======== STORED DATA ========

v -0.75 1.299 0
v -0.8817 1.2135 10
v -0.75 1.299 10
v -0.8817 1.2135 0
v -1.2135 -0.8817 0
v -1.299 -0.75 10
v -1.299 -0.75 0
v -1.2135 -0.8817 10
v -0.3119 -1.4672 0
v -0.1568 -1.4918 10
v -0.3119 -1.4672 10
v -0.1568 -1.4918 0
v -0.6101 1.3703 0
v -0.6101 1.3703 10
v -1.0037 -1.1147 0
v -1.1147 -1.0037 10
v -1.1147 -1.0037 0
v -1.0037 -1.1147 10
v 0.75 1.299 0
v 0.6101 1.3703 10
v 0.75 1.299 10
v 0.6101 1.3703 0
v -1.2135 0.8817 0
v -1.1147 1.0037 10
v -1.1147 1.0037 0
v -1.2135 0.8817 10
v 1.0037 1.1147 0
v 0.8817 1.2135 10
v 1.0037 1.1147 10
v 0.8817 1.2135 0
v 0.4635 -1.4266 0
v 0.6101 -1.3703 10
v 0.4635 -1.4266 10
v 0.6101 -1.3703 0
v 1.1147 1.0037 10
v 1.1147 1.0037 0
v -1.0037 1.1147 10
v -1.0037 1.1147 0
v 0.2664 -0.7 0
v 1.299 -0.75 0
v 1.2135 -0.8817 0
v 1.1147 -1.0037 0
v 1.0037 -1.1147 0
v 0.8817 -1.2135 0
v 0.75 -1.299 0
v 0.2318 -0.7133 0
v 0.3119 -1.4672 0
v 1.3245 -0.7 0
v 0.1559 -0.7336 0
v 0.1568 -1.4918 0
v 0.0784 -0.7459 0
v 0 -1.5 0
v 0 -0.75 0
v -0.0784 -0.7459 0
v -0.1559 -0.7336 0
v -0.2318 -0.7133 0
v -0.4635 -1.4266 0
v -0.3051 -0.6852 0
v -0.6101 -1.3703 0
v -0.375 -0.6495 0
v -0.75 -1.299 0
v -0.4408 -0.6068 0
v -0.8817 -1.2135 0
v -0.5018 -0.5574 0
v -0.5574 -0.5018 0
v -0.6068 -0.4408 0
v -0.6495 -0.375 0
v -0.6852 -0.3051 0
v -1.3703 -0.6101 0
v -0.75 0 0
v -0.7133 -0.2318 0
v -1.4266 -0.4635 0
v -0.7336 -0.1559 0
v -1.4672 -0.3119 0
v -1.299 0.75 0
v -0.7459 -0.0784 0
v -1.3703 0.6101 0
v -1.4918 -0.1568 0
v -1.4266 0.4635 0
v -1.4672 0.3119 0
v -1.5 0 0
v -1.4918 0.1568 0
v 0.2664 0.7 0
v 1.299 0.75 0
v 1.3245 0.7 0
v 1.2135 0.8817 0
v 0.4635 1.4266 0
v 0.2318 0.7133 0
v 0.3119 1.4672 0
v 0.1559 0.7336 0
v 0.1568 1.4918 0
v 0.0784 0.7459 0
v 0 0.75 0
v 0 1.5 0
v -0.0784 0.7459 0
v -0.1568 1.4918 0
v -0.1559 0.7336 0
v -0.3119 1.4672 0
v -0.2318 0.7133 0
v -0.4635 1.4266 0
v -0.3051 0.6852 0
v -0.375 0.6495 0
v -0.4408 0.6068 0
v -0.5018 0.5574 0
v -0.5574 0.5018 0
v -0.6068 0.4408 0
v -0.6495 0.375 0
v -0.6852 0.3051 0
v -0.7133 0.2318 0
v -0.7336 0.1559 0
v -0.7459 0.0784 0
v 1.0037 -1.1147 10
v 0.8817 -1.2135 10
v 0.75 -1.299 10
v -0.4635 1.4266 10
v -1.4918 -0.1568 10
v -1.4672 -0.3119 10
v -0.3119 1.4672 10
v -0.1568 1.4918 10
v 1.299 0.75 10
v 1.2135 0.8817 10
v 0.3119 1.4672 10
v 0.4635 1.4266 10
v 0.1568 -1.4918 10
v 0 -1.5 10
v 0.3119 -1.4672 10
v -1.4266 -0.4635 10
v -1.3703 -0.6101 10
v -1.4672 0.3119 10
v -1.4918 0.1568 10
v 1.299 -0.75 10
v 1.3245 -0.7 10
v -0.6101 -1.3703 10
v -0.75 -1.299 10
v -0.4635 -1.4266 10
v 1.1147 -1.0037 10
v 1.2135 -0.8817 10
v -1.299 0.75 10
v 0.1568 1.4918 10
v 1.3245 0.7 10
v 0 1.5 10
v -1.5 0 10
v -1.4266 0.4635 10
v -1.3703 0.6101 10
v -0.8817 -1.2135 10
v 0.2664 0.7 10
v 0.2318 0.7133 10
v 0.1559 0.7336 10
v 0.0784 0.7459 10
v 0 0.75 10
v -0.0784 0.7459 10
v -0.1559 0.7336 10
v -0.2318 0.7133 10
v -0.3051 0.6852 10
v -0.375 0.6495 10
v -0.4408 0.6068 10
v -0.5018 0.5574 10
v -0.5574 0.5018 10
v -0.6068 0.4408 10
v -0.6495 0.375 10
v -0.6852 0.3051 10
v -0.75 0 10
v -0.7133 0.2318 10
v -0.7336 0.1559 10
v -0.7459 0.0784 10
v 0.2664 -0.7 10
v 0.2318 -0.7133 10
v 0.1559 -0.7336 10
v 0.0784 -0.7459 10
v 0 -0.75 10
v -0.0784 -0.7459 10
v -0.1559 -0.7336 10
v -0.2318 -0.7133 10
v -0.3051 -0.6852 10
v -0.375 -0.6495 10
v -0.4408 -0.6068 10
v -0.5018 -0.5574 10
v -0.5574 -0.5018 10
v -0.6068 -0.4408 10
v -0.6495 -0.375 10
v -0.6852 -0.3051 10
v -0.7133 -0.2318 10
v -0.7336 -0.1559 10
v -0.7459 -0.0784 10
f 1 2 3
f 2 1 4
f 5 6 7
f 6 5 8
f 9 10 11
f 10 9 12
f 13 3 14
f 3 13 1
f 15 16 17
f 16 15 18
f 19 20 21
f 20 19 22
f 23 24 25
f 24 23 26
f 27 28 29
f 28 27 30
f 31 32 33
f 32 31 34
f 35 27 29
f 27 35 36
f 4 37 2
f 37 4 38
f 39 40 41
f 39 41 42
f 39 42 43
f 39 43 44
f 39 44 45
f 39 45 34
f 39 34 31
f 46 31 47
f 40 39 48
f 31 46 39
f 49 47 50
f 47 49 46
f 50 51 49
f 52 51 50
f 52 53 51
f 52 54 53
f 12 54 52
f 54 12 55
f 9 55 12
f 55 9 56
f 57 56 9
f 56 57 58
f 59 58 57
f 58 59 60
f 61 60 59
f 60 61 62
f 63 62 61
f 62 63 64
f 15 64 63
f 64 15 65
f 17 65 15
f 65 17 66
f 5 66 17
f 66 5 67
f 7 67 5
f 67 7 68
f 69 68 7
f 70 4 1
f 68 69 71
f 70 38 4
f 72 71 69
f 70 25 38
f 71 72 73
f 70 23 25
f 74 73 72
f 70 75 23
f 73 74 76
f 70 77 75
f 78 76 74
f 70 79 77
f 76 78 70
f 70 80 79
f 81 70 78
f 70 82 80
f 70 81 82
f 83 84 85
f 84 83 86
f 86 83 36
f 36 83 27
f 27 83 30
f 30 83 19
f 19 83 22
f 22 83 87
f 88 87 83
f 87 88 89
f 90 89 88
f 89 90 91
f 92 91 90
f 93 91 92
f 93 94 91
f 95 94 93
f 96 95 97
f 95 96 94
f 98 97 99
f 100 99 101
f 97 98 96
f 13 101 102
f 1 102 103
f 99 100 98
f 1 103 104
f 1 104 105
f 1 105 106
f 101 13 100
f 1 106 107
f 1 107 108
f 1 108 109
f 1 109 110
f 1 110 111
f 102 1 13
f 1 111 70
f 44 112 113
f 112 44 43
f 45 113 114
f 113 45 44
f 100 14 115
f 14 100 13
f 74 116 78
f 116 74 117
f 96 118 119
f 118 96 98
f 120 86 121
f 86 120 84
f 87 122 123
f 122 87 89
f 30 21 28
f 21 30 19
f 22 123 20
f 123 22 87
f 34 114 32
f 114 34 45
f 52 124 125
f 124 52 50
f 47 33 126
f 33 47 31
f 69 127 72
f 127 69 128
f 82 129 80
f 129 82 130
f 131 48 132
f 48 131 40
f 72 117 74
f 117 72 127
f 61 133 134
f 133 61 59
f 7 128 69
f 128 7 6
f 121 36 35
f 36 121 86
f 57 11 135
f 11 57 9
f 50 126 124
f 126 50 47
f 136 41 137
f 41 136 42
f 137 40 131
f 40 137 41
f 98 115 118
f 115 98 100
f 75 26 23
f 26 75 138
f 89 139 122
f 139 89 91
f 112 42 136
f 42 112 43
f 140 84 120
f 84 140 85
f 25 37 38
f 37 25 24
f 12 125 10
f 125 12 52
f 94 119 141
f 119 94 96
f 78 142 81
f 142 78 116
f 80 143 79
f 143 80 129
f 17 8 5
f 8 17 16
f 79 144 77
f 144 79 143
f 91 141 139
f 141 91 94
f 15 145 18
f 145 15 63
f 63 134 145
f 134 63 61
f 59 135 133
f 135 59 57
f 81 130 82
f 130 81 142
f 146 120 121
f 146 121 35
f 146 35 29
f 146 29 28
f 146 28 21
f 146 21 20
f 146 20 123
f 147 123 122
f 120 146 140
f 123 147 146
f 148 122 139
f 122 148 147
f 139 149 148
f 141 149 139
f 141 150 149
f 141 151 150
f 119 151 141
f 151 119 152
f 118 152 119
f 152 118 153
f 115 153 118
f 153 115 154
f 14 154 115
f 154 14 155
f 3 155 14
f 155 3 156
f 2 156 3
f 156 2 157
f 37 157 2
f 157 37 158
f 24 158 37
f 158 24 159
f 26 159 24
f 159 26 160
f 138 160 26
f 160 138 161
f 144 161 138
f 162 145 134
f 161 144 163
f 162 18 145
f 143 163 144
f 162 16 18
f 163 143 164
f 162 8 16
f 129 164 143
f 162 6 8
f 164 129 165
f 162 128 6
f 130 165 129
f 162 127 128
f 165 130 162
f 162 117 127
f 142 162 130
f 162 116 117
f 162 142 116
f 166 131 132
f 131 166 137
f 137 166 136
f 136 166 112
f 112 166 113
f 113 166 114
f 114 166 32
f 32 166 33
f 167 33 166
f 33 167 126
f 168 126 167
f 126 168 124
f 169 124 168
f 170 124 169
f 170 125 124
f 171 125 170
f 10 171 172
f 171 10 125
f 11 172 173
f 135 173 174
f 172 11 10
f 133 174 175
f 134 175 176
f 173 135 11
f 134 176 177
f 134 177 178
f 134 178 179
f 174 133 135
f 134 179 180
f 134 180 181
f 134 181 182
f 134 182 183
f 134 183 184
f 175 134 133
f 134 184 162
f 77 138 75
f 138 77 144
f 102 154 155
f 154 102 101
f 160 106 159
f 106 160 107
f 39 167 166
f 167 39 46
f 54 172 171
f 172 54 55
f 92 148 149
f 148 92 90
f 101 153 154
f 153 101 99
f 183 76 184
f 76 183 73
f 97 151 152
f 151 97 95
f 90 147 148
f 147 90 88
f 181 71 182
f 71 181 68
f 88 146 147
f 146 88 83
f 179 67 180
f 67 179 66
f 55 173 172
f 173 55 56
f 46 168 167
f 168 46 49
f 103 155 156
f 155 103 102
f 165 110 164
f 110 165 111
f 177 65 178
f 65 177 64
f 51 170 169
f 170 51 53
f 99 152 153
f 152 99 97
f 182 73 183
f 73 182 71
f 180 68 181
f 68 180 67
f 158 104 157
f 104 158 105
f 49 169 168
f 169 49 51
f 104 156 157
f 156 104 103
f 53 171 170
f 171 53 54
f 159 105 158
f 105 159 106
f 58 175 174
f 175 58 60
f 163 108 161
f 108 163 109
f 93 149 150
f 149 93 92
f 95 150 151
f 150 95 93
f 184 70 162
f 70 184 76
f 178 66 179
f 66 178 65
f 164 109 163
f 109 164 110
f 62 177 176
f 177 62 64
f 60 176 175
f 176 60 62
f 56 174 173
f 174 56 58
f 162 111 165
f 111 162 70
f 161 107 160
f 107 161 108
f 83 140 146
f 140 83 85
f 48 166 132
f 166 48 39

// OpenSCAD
// Slotted roll pin.
$fn = 60;
eps = 0.02;
inner_d = 1.5;
outer_d = 3;
length = 10;
slot = 1.4;
difference() {
    cylinder(d=outer_d,h=length);
    translate([0,0,-eps]) cylinder(d=inner_d,h=length+2*eps);
    translate([0,-slot/2,-eps]) cube([outer_d/2+eps,slot,length+2*eps]);
}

========

Write out, exactly as shown, only the lines running from the one that contains "f 90 147 148" to the last line above.

f 90 147 148
f 147 90 88
f 181 71 182
f 71 181 68
f 88 146 147
f 146 88 83
f 179 67 180
f 67 179 66
f 55 173 172
f 173 55 56
f 46 168 167
f 168 46 49
f 103 155 156
f 155 103 102
f 165 110 164
f 110 165 111
f 177 65 178
f 65 177 64
f 51 170 169
f 170 51 53
f 99 152 153
f 152 99 97
f 182 73 183
f 73 182 71
f 180 68 181
f 68 180 67
f 158 104 157
f 104 158 105
f 49 169 168
f 169 49 51
f 104 156 157
f 156 104 103
f 53 171 170
f 171 53 54
f 159 105 158
f 105 159 106
f 58 175 174
f 175 58 60
f 163 108 161
f 108 163 109
f 93 149 150
f 149 93 92
f 95 150 151
f 150 95 93
f 184 70 162
f 70 184 76
f 178 66 179
f 66 178 65
f 164 109 163
f 109 164 110
f 62 177 176
f 177 62 64
f 60 176 175
f 176 60 62
f 56 174 173
f 174 56 58
f 162 111 165
f 111 162 70
f 161 107 160
f 107 161 108
f 83 140 146
f 140 83 85
f 48 166 132
f 166 48 39

// OpenSCAD
// Slotted roll pin.
$fn = 60;
eps = 0.02;
inner_d = 1.5;
outer_d = 3;
length = 10;
slot = 1.4;
difference() {
    cylinder(d=outer_d,h=length);
    translate([0,0,-eps]) cylinder(d=inner_d,h=length+2*eps);
    translate([0,-slot/2,-eps]) cube([outer_d/2+eps,slot,length+2*eps]);
}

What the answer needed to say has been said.